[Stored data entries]
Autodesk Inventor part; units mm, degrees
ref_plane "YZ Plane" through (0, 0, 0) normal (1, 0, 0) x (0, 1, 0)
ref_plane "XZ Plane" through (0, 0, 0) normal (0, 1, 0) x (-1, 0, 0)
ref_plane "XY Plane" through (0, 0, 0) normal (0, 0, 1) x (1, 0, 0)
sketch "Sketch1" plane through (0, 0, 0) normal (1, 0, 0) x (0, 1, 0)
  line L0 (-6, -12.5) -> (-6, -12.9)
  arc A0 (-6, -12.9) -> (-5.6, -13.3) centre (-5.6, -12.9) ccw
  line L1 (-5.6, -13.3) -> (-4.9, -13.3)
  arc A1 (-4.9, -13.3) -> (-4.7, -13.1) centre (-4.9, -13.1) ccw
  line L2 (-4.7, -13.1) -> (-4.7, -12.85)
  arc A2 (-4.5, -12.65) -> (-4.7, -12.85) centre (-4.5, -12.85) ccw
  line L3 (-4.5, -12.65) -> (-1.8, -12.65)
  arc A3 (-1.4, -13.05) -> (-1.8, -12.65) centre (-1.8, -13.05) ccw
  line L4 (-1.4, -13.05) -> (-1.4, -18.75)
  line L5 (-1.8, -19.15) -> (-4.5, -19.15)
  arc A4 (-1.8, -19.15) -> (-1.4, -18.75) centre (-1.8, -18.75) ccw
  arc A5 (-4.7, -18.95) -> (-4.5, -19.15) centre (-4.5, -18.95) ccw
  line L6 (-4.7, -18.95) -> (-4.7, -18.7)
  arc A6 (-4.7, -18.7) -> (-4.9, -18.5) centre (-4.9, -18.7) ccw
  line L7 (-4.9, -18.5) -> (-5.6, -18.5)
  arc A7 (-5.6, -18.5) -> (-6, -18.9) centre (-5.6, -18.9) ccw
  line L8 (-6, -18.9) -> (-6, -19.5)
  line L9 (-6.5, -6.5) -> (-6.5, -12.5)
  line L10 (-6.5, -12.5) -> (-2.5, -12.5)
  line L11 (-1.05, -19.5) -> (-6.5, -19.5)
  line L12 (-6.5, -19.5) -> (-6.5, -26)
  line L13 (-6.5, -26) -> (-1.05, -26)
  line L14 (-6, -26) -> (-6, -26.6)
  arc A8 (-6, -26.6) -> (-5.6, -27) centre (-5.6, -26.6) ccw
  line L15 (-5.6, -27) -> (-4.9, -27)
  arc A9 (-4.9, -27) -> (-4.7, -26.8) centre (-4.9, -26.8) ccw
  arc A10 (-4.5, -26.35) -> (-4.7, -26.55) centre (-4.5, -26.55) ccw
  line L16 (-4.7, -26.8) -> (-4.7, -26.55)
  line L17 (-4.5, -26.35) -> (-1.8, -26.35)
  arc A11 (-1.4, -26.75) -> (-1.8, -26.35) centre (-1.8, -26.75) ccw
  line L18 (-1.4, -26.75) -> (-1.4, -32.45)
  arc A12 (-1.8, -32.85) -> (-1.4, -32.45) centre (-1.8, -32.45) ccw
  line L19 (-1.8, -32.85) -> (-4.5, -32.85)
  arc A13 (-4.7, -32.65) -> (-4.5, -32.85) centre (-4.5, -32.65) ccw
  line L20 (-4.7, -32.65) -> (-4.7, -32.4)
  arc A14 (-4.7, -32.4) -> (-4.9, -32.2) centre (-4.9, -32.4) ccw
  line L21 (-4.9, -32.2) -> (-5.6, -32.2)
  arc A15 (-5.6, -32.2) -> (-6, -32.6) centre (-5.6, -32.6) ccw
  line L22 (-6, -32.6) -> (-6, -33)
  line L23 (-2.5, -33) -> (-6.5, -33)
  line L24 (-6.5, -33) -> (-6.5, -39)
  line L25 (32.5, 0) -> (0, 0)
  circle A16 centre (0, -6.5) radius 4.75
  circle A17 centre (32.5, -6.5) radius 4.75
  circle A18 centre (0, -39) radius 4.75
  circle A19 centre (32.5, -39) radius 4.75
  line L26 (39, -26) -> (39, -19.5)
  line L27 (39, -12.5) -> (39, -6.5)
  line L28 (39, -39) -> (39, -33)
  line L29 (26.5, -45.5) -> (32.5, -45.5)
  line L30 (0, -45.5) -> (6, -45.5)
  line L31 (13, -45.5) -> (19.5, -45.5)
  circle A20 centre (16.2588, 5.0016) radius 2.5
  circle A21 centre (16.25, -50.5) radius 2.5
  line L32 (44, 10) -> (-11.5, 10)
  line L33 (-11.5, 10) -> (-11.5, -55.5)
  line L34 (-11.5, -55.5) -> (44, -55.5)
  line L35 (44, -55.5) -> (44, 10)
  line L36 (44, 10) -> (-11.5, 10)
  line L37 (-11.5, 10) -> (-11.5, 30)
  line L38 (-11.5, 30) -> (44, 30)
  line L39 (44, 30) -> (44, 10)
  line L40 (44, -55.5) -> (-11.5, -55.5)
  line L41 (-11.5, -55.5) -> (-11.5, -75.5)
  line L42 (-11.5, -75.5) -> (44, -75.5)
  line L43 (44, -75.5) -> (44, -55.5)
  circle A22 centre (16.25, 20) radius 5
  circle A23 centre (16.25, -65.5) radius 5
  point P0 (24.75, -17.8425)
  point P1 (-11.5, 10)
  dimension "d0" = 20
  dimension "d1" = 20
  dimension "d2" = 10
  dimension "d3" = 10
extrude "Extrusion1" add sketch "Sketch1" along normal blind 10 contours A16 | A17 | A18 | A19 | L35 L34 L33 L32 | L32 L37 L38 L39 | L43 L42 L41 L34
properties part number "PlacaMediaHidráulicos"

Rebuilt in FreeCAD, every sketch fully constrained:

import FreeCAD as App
import Part
import Sketcher
from FreeCAD import Vector
Q = App.Units.Quantity

doc = App.newDocument("Part")
body = doc.addObject("PartDesign::Body", "Body")

# Sketch on YZ plane
sketch1 = doc.addObject("Sketcher::SketchObject", "Sketch")
body.addObject(sketch1)
sketch1.AttachmentSupport = (doc.YZ_Plane, [""])
sketch1.MapMode = "FlatFace"
sketch1.addGeometry([
    Part.LineSegment(Vector(44, 30, 0), Vector(-11.5, 30, 0)),  # 0
    Part.LineSegment(Vector(-11.5, 30, 0), Vector(-11.5, -75.5, 0)),  # 1
    Part.LineSegment(Vector(-11.5, -75.5, 0), Vector(44, -75.5, 0)),  # 2
    Part.LineSegment(Vector(44, -75.5, 0), Vector(44, 30, 0)),  # 3
    Part.Circle(Vector(16.25, -50.5, 0), Vector(0, 0, 1), 2.5),  # 4
    Part.Circle(Vector(16.2588, 5.0016, 0), Vector(0, 0, 1), 2.5),  # 5
    Part.Circle(Vector(16.25, -65.5, 0), Vector(0, 0, 1), 5),  # 6
    Part.Circle(Vector(16.25, 20, 0), Vector(0, 0, 1), 5),  # 7
], False)
sketch1.addConstraint([
    Sketcher.Constraint("Coincident", 0, 2, 1, 1),
    Sketcher.Constraint("Coincident", 1, 2, 2, 1),
    Sketcher.Constraint("Coincident", 2, 2, 3, 1),
    Sketcher.Constraint("Coincident", 3, 2, 0, 1),
    Sketcher.Constraint("Horizontal", 0),
    Sketcher.Constraint("Vertical", 1),
    Sketcher.Constraint("Horizontal", 2),
    Sketcher.Constraint("Vertical", 3),
    Sketcher.Constraint("Equal", 4, 5),
    Sketcher.Constraint("Equal", 6, 7),
    Sketcher.Constraint("Vertical", 4, 3, 6, 3),
    Sketcher.Constraint("Vertical", 6, 3, 7, 3),
    Sketcher.Constraint("Diameter", 6, Q("10 mm")),
    Sketcher.Constraint("Diameter", 4, Q("5 mm")),
    Sketcher.Constraint("DistanceY", -1, 1, 7, 3, Q("20 mm")),
    Sketcher.Constraint("DistanceY", 7, 3, 0, 2, Q("10 mm")),
    Sketcher.Constraint("DistanceY", 1, 2, 6, 3, Q("10 mm")),
    Sketcher.Constraint("DistanceX", 0, 2, 0, 1, Q("55.5 mm")),
    Sketcher.Constraint("DistanceY", 1, 2, 1, 1, Q("105.5 mm")),
    Sketcher.Constraint("DistanceX", -1, 1, 2, 2, Q("44 mm")),
    Sketcher.Constraint("DistanceY", 6, 3, 4, 3, Q("15 mm")),
    Sketcher.Constraint("DistanceX", -1, 1, 4, 3, Q("16.25 mm")),
    Sketcher.Constraint("DistanceX", -1, 1, 5, 3, Q("16.2588 mm")),
    Sketcher.Constraint("DistanceY", -1, 1, 5, 3, Q("5.0016 mm")),
])
pad1 = doc.addObject("PartDesign::Pad", "Pad")
body.addObject(pad1)
pad1.Profile = sketch1
pad1.Length = 10

doc.recompute()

▸ **Required action**
A complete answer lists each line of the data that holds the word "through".

▸ **Reply**
ref_plane "YZ Plane" through (0, 0, 0) normal (1, 0, 0) x (0, 1, 0)
ref_plane "XZ Plane" through (0, 0, 0) normal (0, 1, 0) x (-1, 0, 0)
ref_plane "XY Plane" through (0, 0, 0) normal (0, 0, 1) x (1, 0, 0)
sketch "Sketch1" plane through (0, 0, 0) normal (1, 0, 0) x (0, 1, 0)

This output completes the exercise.